The matter was not reported to police until 2016, prompting Cabezuela's arrest.
He denied the charges and pleaded not guilty at his trial, but jurors found him guilty of each of the offences.
In sentencing Cabezuela, Judge Sarah Huggett's actions against his nieces had been "deliberate, determined and...premeditated" and involved various methods of coercion and manipulation to both commit the offences and prevent the girls from speaking of them to anyone.
She described the acts as humiliating, demeaning and degrading for the girls and found Cabezuela remained oblivious of the harm he had caused them.
She sentenced Cabezuela to 28 years' jail, with a non-parole period of 18 years.
However, Cabezuela took his case to the Court of Criminal Appeal earlier this month, with his legal team presenting three grounds of appeal.
The first, they said, was that Cabezuela had been wrongly convicted because of an error by the trial judge in dismissing a juror.
In the case that the guilty verdicts were not overturned, Cabezeula's legal team said his sentence had been "manifestly excessive" because of his advanced age, poor health - he suffers from chronic heart and renal failure and diabetes - and lack of prior criminal record.

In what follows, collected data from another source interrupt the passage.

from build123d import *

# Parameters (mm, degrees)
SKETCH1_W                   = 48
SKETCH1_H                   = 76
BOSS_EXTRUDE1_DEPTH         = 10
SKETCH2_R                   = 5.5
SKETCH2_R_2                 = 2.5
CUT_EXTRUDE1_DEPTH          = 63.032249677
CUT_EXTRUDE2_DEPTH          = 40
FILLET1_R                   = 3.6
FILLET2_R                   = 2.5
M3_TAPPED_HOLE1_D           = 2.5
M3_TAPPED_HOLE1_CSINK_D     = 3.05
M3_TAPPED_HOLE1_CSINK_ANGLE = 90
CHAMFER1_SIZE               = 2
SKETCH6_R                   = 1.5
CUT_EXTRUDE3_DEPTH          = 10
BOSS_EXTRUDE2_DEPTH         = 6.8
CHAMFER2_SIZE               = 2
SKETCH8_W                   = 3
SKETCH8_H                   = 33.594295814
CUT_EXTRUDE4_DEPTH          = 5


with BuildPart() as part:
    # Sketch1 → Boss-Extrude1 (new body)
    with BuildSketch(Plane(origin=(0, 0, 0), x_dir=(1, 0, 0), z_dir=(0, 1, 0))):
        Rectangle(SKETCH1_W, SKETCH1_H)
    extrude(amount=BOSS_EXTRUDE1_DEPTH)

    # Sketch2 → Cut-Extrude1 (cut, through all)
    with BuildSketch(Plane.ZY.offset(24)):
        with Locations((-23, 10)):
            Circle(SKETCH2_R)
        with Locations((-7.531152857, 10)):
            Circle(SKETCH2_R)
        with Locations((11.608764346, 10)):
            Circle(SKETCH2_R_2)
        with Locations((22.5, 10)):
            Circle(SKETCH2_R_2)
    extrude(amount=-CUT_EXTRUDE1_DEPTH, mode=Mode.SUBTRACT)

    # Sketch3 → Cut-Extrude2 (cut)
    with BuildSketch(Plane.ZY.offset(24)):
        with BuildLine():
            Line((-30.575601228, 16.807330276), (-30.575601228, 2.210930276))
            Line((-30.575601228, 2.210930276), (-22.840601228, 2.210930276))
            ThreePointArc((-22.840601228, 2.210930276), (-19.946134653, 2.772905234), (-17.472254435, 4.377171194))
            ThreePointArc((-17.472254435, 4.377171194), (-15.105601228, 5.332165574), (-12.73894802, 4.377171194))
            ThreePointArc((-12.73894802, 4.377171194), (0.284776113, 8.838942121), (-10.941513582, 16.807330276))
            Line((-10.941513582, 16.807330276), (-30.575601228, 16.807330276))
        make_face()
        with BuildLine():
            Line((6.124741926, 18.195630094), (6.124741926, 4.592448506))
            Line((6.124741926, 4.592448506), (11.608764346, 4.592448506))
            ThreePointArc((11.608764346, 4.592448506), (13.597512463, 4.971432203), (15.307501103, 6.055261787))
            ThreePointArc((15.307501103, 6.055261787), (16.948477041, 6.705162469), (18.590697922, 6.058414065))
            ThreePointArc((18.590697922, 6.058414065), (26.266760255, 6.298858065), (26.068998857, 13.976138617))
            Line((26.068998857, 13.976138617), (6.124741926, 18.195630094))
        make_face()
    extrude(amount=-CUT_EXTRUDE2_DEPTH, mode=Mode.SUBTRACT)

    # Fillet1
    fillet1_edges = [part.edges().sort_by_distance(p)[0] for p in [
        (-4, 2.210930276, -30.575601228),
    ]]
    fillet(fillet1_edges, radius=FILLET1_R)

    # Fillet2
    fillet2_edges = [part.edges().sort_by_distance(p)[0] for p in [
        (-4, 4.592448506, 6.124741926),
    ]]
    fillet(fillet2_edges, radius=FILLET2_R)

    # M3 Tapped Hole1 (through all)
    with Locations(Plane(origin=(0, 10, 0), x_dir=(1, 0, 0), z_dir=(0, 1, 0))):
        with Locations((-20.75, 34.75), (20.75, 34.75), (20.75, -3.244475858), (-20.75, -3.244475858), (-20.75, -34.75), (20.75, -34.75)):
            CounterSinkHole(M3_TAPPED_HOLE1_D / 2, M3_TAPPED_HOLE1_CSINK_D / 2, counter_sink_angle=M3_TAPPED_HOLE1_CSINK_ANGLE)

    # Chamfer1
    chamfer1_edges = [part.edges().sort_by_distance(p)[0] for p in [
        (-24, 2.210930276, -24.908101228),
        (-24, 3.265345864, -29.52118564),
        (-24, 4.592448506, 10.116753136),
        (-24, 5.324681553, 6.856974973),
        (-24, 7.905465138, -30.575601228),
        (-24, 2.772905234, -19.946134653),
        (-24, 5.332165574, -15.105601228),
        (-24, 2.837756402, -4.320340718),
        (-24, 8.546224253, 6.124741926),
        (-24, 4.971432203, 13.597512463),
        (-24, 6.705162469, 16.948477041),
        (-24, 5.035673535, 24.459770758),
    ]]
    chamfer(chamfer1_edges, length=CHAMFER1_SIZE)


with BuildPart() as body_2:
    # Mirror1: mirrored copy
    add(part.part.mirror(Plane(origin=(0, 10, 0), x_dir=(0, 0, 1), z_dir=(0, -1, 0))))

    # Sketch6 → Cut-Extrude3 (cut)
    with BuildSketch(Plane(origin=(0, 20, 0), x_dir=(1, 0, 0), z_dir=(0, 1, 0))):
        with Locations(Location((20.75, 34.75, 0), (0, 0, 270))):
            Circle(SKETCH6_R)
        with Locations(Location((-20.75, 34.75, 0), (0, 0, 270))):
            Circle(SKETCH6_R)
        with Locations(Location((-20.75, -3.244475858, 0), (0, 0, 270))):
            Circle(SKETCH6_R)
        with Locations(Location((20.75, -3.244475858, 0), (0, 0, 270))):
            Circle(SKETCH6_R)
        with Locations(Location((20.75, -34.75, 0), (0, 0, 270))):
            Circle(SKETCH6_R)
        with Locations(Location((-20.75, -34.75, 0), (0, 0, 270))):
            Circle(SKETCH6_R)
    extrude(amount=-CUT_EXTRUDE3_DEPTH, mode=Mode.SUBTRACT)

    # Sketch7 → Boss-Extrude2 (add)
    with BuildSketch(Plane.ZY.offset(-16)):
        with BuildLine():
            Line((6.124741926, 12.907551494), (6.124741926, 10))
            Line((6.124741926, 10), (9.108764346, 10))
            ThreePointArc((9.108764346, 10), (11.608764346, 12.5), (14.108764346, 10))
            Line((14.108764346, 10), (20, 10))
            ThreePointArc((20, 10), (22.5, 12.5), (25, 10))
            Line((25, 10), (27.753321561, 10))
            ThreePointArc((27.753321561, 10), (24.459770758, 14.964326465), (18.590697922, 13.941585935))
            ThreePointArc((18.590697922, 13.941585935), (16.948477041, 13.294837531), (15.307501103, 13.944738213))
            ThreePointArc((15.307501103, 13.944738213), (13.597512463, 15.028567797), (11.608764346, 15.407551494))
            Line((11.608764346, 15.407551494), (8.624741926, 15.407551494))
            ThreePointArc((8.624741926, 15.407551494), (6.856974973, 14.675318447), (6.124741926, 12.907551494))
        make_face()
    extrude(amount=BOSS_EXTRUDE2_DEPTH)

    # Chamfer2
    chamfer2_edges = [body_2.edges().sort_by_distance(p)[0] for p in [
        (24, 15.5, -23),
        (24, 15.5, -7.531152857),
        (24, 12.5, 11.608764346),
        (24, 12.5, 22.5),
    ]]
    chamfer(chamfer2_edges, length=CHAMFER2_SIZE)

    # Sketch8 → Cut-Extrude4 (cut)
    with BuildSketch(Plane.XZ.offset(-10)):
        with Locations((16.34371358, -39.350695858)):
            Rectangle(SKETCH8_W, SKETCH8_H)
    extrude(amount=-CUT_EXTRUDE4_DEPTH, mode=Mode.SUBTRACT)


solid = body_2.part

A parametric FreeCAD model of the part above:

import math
import FreeCAD as App
import Part
import Sketcher
Q = App.Units.Quantity


def edges_at(feature, points):
    """Names of the edges that pass closest to the given points."""
    edges = feature.Shape.Edges
    near = lambda p: min(range(len(edges)), key=lambda i: edges[i].distToShape(Part.Vertex(*p))[0])
    return sorted({f"Edge{near(p) + 1}" for p in points})

doc = App.newDocument("Part")
body = doc.addObject("PartDesign::Body", "Body")

sketch1 = body.newObject("Sketcher::SketchObject", "Sketch")
sketch1.AttachmentSupport = (doc.getObject("XZ_Plane"), [""])
sketch1.MapMode = "FlatFace"
sketch1.addGeometry(Part.LineSegment(App.Vector(-24, -38, 0), App.Vector(-24, 38, 0)), False)
sketch1.addGeometry(Part.LineSegment(App.Vector(-24, 38, 0), App.Vector(24, 38, 0)), False)
sketch1.addGeometry(Part.LineSegment(App.Vector(24, 38, 0), App.Vector(24, -38, 0)), False)
sketch1.addGeometry(Part.LineSegment(App.Vector(24, -38, 0), App.Vector(-24, -38, 0)), False)
sketch1.addConstraint(Sketcher.Constraint("Coincident", 0, 2, 1, 1))
sketch1.addConstraint(Sketcher.Constraint("Coincident", 1, 2, 2, 1))
sketch1.addConstraint(Sketcher.Constraint("Coincident", 2, 2, 3, 1))
sketch1.addConstraint(Sketcher.Constraint("Coincident", 3, 2, 0, 1))
sketch1.addConstraint(Sketcher.Constraint("Vertical", 0))
sketch1.addConstraint(Sketcher.Constraint("Horizontal", 1))
sketch1.addConstraint(Sketcher.Constraint("Vertical", 2))
sketch1.addConstraint(Sketcher.Constraint("Horizontal", 3))
sketch1.addConstraint(Sketcher.Constraint("Symmetric", 0, 2, 2, 2, -1, 1))
sketch1.addConstraint(Sketcher.Constraint("DistanceX", 1, 1, 1, 2, Q("48 mm")))
sketch1.addConstraint(Sketcher.Constraint("DistanceY", 0, 1, 0, 2, Q("76 mm")))
pad1 = body.newObject("PartDesign::Pad", "Pad")
pad1.Profile = sketch1
pad1.Length = 10
pad1.Reversed = True

sketch2 = body.newObject("Sketcher::SketchObject", "Sketch001")
sketch2.AttachmentSupport = (doc.getObject("YZ_Plane"), [""])
sketch2.MapMode = "FlatFace"
sketch2.AttachmentOffset = App.Placement(App.Vector(0, 0, -24), App.Rotation())
sketch2.addGeometry(Part.Circle(App.Vector(10, -23, 0), App.Vector(0, 0, 1), 5.5), False)
sketch2.addGeometry(Part.Circle(App.Vector(10, -7.531153, 0), App.Vector(0, 0, 1), 5.5), False)
sketch2.addGeometry(Part.Circle(App.Vector(10, 11.608764, 0), App.Vector(0, 0, 1), 2.5), False)
sketch2.addGeometry(Part.Circle(App.Vector(10, 22.5, 0), App.Vector(0, 0, 1), 2.5), False)
sketch2.addConstraint(Sketcher.Constraint("Equal", 0, 1))
sketch2.addConstraint(Sketcher.Constraint("Equal", 2, 3))
sketch2.addConstraint(Sketcher.Constraint("Vertical", 0, 3, 1, 3))
sketch2.addConstraint(Sketcher.Constraint("Vertical", 1, 3, 2, 3))
sketch2.addConstraint(Sketcher.Constraint("Vertical", 2, 3, 3, 3))
sketch2.addConstraint(Sketcher.Constraint("Diameter", 0, Q("11 mm")))
sketch2.addConstraint(Sketcher.Constraint("Diameter", 2, Q("5 mm")))
sketch2.addConstraint(Sketcher.Constraint("DistanceX", -1, 1, 0, 3, Q("10 mm")))
sketch2.addConstraint(Sketcher.Constraint("DistanceY", 0, 3, -1, 1, Q("23 mm")))
sketch2.addConstraint(Sketcher.Constraint("DistanceY", -1, 1, 3, 3, Q("22.5 mm")))
sketch2.addConstraint(Sketcher.Constraint("DistanceY", 1, 3, -1, 1, Q("7.531153 mm")))
sketch2.addConstraint(Sketcher.Constraint("DistanceY", -1, 1, 2, 3, Q("11.608764 mm")))
pocket1 = body.newObject("PartDesign::Pocket", "Pocket")
pocket1.Profile = sketch2
pocket1.Type = "ThroughAll"
pocket1.Reversed = True

sketch3 = body.newObject("Sketcher::SketchObject", "Sketch002")
sketch3.AttachmentSupport = (doc.getObject("YZ_Plane"), [""])
sketch3.MapMode = "FlatFace"
sketch3.AttachmentOffset = App.Placement(App.Vector(0, 0, -24), App.Rotation())
sketch3.addGeometry(Part.LineSegment(App.Vector(16.80733, -30.575601, 0), App.Vector(2.21093, -30.575601, 0)), False)
sketch3.addGeometry(Part.LineSegment(App.Vector(2.21093, -30.575601, 0), App.Vector(2.21093, -22.840601, 0)), False)
sketch3.addGeometry(Part.ArcOfCircle(Part.Circle(App.Vector(9.94593, -22.840601, 0), App.Vector(0, 0, 1), 7.735), math.radians(136.049774), math.radians(180)), False)
sketch3.addGeometry(Part.ArcOfCircle(Part.Circle(App.Vector(1.922166, -15.105601, 0), App.Vector(0, 0, 1), 3.41), math.radians(-43.950226), math.radians(43.950226)), False)
sketch3.addGeometry(Part.ArcOfCircle(Part.Circle(App.Vector(9.94593, -7.370601, 0), App.Vector(0, 0, 1), 7.735), math.radians(-27.494045), math.radians(223.950226)), False)
sketch3.addGeometry(Part.LineSegment(App.Vector(16.80733, -10.941514, 0), App.Vector(16.80733, -30.575601, 0)), False)
sketch3.addGeometry(Part.LineSegment(App.Vector(18.19563, 6.124742, 0), App.Vector(4.592449, 6.124742, 0)), False)
sketch3.addGeometry(Part.LineSegment(App.Vector(4.592449, 6.124742, 0), App.Vector(4.592449, 11.608764, 0)), False)
sketch3.addGeometry(Part.ArcOfCircle(Part.Circle(App.Vector(10, 11.608764, 0), App.Vector(0, 0, 1), 5.407551), math.radians(136.8434), math.radians(180)), False)
sketch3.addGeometry(Part.ArcOfCircle(Part.Circle(App.Vector(4.302685, 16.950784, 0), App.Vector(0, 0, 1), 2.402478), math.radians(-43.1566), math.radians(43.046578)), False)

Finally, they claimed his sentence should be reduced because he would be vulnerable if the COVID-29 pandemic spread through the prison system.
However, a bench of three judges dismissed Cabezuela's appeal in its entirety, finding there had been no error by the trial judge and the sentence imposed on Cabezuela was not excessive given the "objective gravity of the offences...[and] the absence of remorse".
Cabezuela will be 96 if he lives to see his non-parole period expire.